Energy-wise, traditional steam–reheat mogul conditioning is among the highest specific energy users in confectionery plants; a properly designed desiccant-based solution can reduce the annual energy bill by 30–45%.
Practical Example
A Turkish jellybean producer is commissioning a 12 t/day mogul line. Design data:
• Mogul stove-room volume: 720 m³ (12 × 10 × 6 m) • Target environment: 32°C / 25% RH (dew point ≈ 9°C) • Starch circulation: 8 t/h, 0.8 kg water removed per cycle • Total moisture load: 26 kg/h (jelly surface + outdoor air + personnel infiltration)
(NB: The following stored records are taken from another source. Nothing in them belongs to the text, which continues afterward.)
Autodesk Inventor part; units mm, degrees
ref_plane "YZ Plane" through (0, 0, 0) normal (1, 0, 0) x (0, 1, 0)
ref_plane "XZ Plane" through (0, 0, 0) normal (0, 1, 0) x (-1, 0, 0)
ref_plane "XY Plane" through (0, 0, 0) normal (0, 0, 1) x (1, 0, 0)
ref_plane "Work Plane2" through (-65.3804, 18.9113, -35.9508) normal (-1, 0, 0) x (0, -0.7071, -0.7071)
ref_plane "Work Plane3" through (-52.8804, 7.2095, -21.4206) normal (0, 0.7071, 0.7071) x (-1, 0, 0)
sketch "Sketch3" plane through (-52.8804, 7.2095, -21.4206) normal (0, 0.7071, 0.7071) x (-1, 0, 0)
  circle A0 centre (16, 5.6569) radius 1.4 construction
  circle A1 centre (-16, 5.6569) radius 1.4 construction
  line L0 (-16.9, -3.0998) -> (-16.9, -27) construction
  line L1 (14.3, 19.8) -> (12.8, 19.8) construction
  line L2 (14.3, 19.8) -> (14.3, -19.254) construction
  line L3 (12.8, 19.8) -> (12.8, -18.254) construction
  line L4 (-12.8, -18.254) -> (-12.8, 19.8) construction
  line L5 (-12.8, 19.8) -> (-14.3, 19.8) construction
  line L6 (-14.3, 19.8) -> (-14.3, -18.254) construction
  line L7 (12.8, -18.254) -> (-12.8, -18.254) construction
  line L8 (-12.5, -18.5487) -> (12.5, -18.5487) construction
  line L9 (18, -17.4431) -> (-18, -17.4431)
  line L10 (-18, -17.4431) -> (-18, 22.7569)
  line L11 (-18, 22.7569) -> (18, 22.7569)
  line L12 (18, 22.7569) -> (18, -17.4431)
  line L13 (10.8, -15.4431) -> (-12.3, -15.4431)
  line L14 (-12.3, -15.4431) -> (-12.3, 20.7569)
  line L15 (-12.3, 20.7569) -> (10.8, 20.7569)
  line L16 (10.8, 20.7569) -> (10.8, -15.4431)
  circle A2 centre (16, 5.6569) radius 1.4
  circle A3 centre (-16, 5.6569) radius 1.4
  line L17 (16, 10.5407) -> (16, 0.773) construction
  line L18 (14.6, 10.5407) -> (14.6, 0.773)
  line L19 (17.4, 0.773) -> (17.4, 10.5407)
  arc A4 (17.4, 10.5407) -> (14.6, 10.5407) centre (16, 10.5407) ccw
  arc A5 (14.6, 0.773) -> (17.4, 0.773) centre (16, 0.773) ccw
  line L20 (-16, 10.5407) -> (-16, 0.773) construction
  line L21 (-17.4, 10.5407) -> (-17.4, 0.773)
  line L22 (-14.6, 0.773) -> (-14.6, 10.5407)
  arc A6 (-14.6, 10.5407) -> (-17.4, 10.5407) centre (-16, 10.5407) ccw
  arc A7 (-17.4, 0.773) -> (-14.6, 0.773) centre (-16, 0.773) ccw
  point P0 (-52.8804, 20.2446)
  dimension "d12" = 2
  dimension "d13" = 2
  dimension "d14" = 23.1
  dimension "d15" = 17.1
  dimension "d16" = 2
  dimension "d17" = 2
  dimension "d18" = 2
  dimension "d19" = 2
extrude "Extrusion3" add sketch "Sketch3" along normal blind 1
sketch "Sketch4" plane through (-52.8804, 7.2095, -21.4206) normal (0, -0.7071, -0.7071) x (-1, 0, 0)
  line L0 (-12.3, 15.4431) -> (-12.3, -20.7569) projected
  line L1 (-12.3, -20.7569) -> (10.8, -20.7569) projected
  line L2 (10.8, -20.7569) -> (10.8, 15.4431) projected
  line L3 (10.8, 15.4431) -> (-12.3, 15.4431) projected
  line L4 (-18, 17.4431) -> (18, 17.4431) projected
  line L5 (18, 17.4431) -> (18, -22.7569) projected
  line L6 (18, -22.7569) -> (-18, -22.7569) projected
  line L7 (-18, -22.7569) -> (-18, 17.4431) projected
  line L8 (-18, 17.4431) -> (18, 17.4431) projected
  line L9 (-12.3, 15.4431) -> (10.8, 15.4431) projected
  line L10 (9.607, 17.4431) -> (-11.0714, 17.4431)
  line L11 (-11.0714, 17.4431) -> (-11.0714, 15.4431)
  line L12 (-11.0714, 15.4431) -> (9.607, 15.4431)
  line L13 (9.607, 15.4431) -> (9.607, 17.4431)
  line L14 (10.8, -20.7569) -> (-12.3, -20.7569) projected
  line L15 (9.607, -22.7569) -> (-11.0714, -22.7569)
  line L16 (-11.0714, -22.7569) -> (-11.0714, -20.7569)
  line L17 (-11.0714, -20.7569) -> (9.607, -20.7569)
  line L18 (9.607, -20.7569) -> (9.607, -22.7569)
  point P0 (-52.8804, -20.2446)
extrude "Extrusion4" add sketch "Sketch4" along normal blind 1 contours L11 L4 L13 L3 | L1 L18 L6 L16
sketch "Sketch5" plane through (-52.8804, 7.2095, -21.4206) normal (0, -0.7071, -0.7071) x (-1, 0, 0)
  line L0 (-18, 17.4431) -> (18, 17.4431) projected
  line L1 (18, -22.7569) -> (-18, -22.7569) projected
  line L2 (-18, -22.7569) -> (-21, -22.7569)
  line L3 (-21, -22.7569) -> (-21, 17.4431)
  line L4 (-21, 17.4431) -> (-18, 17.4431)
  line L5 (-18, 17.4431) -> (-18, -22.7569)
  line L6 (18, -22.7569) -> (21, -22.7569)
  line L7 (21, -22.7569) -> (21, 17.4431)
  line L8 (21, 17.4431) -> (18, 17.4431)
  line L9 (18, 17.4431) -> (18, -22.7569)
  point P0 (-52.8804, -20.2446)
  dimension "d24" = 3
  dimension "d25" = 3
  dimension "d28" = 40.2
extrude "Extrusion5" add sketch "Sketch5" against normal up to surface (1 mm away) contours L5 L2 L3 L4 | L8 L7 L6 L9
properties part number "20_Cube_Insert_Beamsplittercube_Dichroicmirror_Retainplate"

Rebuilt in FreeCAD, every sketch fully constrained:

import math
import FreeCAD as App
import Part
import Sketcher


def add_polygon(sketch, points):
    """Adds a closed chain of lines whose ends are joined by coincident constraints."""
    first, n = sketch.GeometryCount, len(points)
    for a, b in zip(points, points[1:] + points[:1]):
        sketch.addGeometry(Part.LineSegment(App.Vector(*a, 0), App.Vector(*b, 0)), False)
    for i in range(n):
        sketch.addConstraint(Sketcher.Constraint("Coincident", first + i, 2, first + (i + 1) % n, 1))

doc = App.newDocument("Part")
params = doc.addObject("Spreadsheet::Sheet", "Params")
for row, (alias, value) in enumerate([
    ("sketch1_width", "23.1 mm"),
    ("sketch1_radius", "1.4 mm"),
    ("sketch1_width2", "36 mm"),
    ("sketch1_height", "40.2 mm"),
    ("pad1_length", "1 mm"),
    ("sketch2_height", "2 mm"),
    ("pad2_length", "1 mm"),
    ("sketch3_width", "3 mm"),
    ("sketch3_height", "40.2 mm"),
    ("pad3_length", "1 mm"),
], start=1):
    params.set(f"A{row}", alias)
    params.set(f"B{row}", "=" + value)
    params.setAlias(f"B{row}", alias)

body = doc.addObject("PartDesign::Body", "Body")

sketch1 = doc.addObject("Sketcher::SketchObject", "Sketch")
body.addObject(sketch1)
sketch1.Placement = App.Placement(App.Vector(-52.8804, 7.2095, -21.4206), App.Rotation(App.Vector(-1, 0, 0), App.Vector(0, -0.707106781, 0.707106781), App.Vector(0, 0.707106781, 0.707106781), "ZXY"))
add_polygon(sketch1, [(-18, -17.4), (18, -17.4), (18, 22.8), (-18, 22.8)])
sketch1.addGeometry(Part.LineSegment(App.Vector(-14.6, 10.5, 0), App.Vector(-14.6, 0.8, 0)), False)
sketch1.addGeometry(Part.ArcOfCircle(Part.Circle(App.Vector(-16, 0.8, 0), App.Vector(0, 0, 1), 1.4), math.radians(180), math.radians(360)), False)
sketch1.addGeometry(Part.LineSegment(App.Vector(-17.4, 0.8, 0), App.Vector(-17.4, 10.5, 0)), False)
sketch1.addGeometry(Part.ArcOfCircle(Part.Circle(App.Vector(-16, 10.5, 0), App.Vector(0, 0, 1), 1.4), math.radians(0), math.radians(180)), False)
add_polygon(sketch1, [(10.8, 20.8), (10.8, -15.4), (-12.3, -15.4), (-12.3, 20.8)])
sketch1.addGeometry(Part.LineSegment(App.Vector(17.4, 10.5, 0), App.Vector(17.4, 0.8, 0)), False)
sketch1.addGeometry(Part.ArcOfCircle(Part.Circle(App.Vector(16, 0.8, 0), App.Vector(0, 0, 1), 1.4), math.radians(180), math.radians(360)), False)
sketch1.addGeometry(Part.LineSegment(App.Vector(14.6, 0.8, 0), App.Vector(14.6, 10.5, 0)), False)
sketch1.addGeometry(Part.ArcOfCircle(Part.Circle(App.Vector(16, 10.5, 0), App.Vector(0, 0, 1), 1.4), math.radians(0), math.radians(180)), False)
sketch1.addConstraint([
    Sketcher.Constraint("Tangent", 4, 2, 5, 2),
    Sketcher.Constraint("Tangent", 5, 1, 6, 1),
    Sketcher.Constraint("Tangent", 6, 2, 7, 2),
    Sketcher.Constraint("Tangent", 7, 1, 4, 1),
    Sketcher.Constraint("Tangent", 12, 2, 13, 2),
    Sketcher.Constraint("Tangent", 13, 1, 14, 1),
    Sketcher.Constraint("Tangent", 14, 2, 15, 2),
    Sketcher.Constraint("Tangent", 15, 1, 12, 1),
    Sketcher.Constraint("Horizontal", 0),
    Sketcher.Constraint("Vertical", 1),
    Sketcher.Constraint("Horizontal", 2),
    Sketcher.Constraint("Vertical", 3),
    Sketcher.Constraint("Vertical", 4),
    Sketcher.Constraint("Vertical", 6),
    Sketcher.Constraint("Vertical", 8),
    Sketcher.Constraint("Horizontal", 9),
    Sketcher.Constraint("Vertical", 10),
    Sketcher.Constraint("Horizontal", 11),
    Sketcher.Constraint("Vertical", 12),
    Sketcher.Constraint("Vertical", 14),
    Sketcher.Constraint("Equal", 7, 13),
    Sketcher.Constraint("Symmetric", 5, 3, 13, 3, -2),
    Sketcher.Constraint("Horizontal", 7, 3, 15, 3),
    Sketcher.Constraint("DistanceX", 9, 2, 9, 1, 23.1),
    Sketcher.Constraint("DistanceX", 13, 3, 0, 2, 2.0),
    Sketcher.Constraint("DistanceX", 2, 2, 7, 3, 2.0),
    Sketcher.Constraint("DistanceY", 0, 2, 8, 2, 2.0),
    Sketcher.Constraint("DistanceY", 10, 2, 2, 2, 2.0),
    Sketcher.Constraint("Radius", 5, 1.4),
    Sketcher.Constraint("DistanceX", 0, 1, 0, 2, 36.0),
    Sketcher.Constraint("DistanceY", 1, 1, 1, 2, 40.2),
    Sketcher.Constraint("DistanceX", -1, 1, 8, 2, 10.8),
    Sketcher.Constraint("DistanceY", 4, 2, 4, 1, 9.7677),
    Sketcher.Constraint("DistanceY", -1, 1, 5, 3, 0.773),
    Sketcher.Constraint("DistanceY", 0, 2, -1, 1, 17.443),
])
sketch1.setExpression("Constraints[31]", "Params.sketch1_width")
sketch1.setExpression("Constraints[36]", "Params.sketch1_radius")
sketch1.setExpression("Constraints[37]", "Params.sketch1_width2")
sketch1.setExpression("Constraints[38]", "Params.sketch1_height")
pad1 = doc.addObject("PartDesign::Pad", "Pad")
body.addObject(pad1)
pad1.Profile = sketch1
pad1.setExpression("Length", "Params.pad1_length")

sketch2 = doc.addObject("Sketcher::SketchObject", "Sketch001")
body.addObject(sketch2)
sketch2.Placement = App.Placement(App.Vector(-52.8804, 7.2095, -21.4206), App.Rotation(App.Vector(-1, 0, 0), App.Vector(0, 0.707106781, -0.707106781), App.Vector(0, -0.707106781, -0.707106781), "ZXY"))
add_polygon(sketch2, [(-11.1, 17.4), (-11.1, 15.4), (9.6, 15.4), (9.6, 17.4)])
add_polygon(sketch2, [(9.6, -20.8), (-11.1, -20.8), (-11.1, -22.8), (9.6, -22.8)])
sketch2.addConstraint([
    Sketcher.Constraint("Vertical", 0),
    Sketcher.Constraint("Horizontal", 1),
    Sketcher.Constraint("Vertical", 2),
    Sketcher.Constraint("Horizontal", 3),
    Sketcher.Constraint("Horizontal", 4),
    Sketcher.Constraint("Vertical", 5),
    Sketcher.Constraint("Horizontal", 6),
    Sketcher.Constraint("Vertical", 7),
    Sketcher.Constraint("Vertical", 3, 2, 4, 2),
    Sketcher.Constraint("Vertical", 2, 2, 6, 2),
    Sketcher.Constraint("Equal", 2, 5),
    Sketcher.Constraint("DistanceY", 0, 2, 0, 1, 2.0),
    Sketcher.Constraint("DistanceY", 4, 2, 0, 2, 36.2),
    Sketcher.Constraint("DistanceX", 1, 1, 1, 2, 20.6784),
    Sketcher.Constraint("DistanceY", -1, 1, 0, 2, 15.443),
    Sketcher.Constraint("DistanceX", -1, 1, 1, 2, 9.607),
])
sketch2.setExpression("Constraints[19]", "Params.sketch2_height")
pad2 = doc.addObject("PartDesign::Pad", "Pad001")
body.addObject(pad2)
pad2.Profile = sketch2
pad2.setExpression("Length", "Params.pad2_length")

sketch3 = doc.addObject("Sketcher::SketchObject", "Sketch002")
body.addObject(sketch3)
sketch3.Placement = App.Placement(App.Vector(-52.8804, 7.2095, -21.4206), App.Rotation(App.Vector(-1, 0, 0), App.Vector(0, 0.707106781, -0.707106781), App.Vector(0, -0.707106781, -0.707106781), "ZXY"))
add_polygon(sketch3, [(-18, -22.8), (-18, 17.4), (-21, 17.4), (-21, -22.8)])
add_polygon(sketch3, [(21, 17.4), (18, 17.4), (18, -22.8), (21, -22.8)])
sketch3.addConstraint([
    Sketcher.Constraint("Vertical", 0),
    Sketcher.Constraint("Horizontal", 1),
    Sketcher.Constraint("Vertical", 2),
    Sketcher.Constraint("Horizontal", 3),
    Sketcher.Constraint("Horizontal", 4),
    Sketcher.Constraint("Vertical", 5),
    Sketcher.Constraint("Horizontal", 6),
    Sketcher.Constraint("Vertical", 7),
    Sketcher.Constraint("Symmetric", 0, 2, 4, 2, -2),
    Sketcher.Constraint("Symmetric", 2, 2, 6, 2, -2),
    Sketcher.Constraint("DistanceX", 1, 2, 1, 1, 3.0),
    Sketcher.Constraint("DistanceY", 0, 1, 0, 2, 40.2),
    Sketcher.Constraint("DistanceX", 0, 2, -1, 1, 18.0),
    Sketcher.Constraint("DistanceY", -1, 1, 0, 2, 17.443),
])
sketch3.setExpression("Constraints[18]", "Params.sketch3_width")
sketch3.setExpression("Constraints[19]", "Params.sketch3_height")
pad3 = doc.addObject("PartDesign::Pad", "Pad002")
body.addObject(pad3)
pad3.Profile = sketch3
pad3.setExpression("Length", "Params.pad3_length")
pad3.Reversed = True

doc.recompute()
Selection: NKT ADP2000-9500 series silica gel rotor dehumidifier, ADP6000 model • Process capacity: 6,000 m³/h • Reactivation: 95 kW natural gas burner • Outlet dew point: 5°Cdp (4°C margin below target) • Reheat line integrated with condenser heat recovery
Post-commissioning measurements: • Product shape-retention success: 88% → 98% • Starch moisture average: 5.8% (deviation ±0.4) • Annual waste reduction: 95 t/year × 2,200 USD/t ≈ 209,000 USD • Energy savings: 38% versus the legacy steam–reheat system (210 MWh/year)
Engineering Note
Engineering criteria for mogul-line conditioning design:
• Dew point setpoint logic — use dew point setpoint instead of RH; even if ambient temperature drifts, starch moisture equilibrium remains stable. Practical band: 5–8°Cdp. • Starch re-entry temperature — starch returning from the separation station may sit at 50–55°C; gradual cooling and moisture rebalancing are required before reuse on trays. • Airflow pattern — push-pull configuration (top supply, bottom return) provides laminar flow over the tray bed; turbulence lifts and disperses starch. • Dual-stage filtration — F7 + F9 filters prevent starch dust from reaching the rotor and heaters; otherwise rotor life drops from 10 years to 2. • Explosion-proof design — starch MIE (minimum ignition energy) is ~30 mJ; ATEX Zone 22 rated equipment is recommended. • Cooling capacity — desiccant rotor outlet is warm (45–55°C); a downstream cooling coil is necessary for a 32°C setpoint, and chiller sizing must follow the moisture-load calculation.
For dew point measurement, a chilled mirror dew point meter or a high-accuracy capacitive sensor (±2% RH @ 0–60°C) is recommended.
NKT Application Link
For mogul-line conditioning, NKT typically deploys silica gel rotor units from the ADP2000-9500 and AD1000-3100 series. Both reliably reach low dew point targets (−15 to +5°Cdp), and with modulating reactivation plus a VFD-driven process fan they respond to variable load profiles with 30%+ energy savings.
NKT's design approach in mogul plants includes: 1. Dew-point-based PID control — starch moisture equilibrium independent of RH drift 2. Reheat heat recovery — desiccant rotor reactivation waste heat covers 50–70% of stove-room reheat demand 3. ATEX Zone 22 rated rotor enclosure and heater — starch-dust safety requirement 4. Modbus/BACnet integration — connects to plant SCADA, reports dew point, starch-bed temperature, and energy consumption 5. Dual-stage filtration cassette — fast field-serviceable changeover
Across Turkish and export references, NKT has commissioned this architecture in 50+ jelly/marshmallow/fondant plants; a climate-tracking module provides remote seasonal performance monitoring.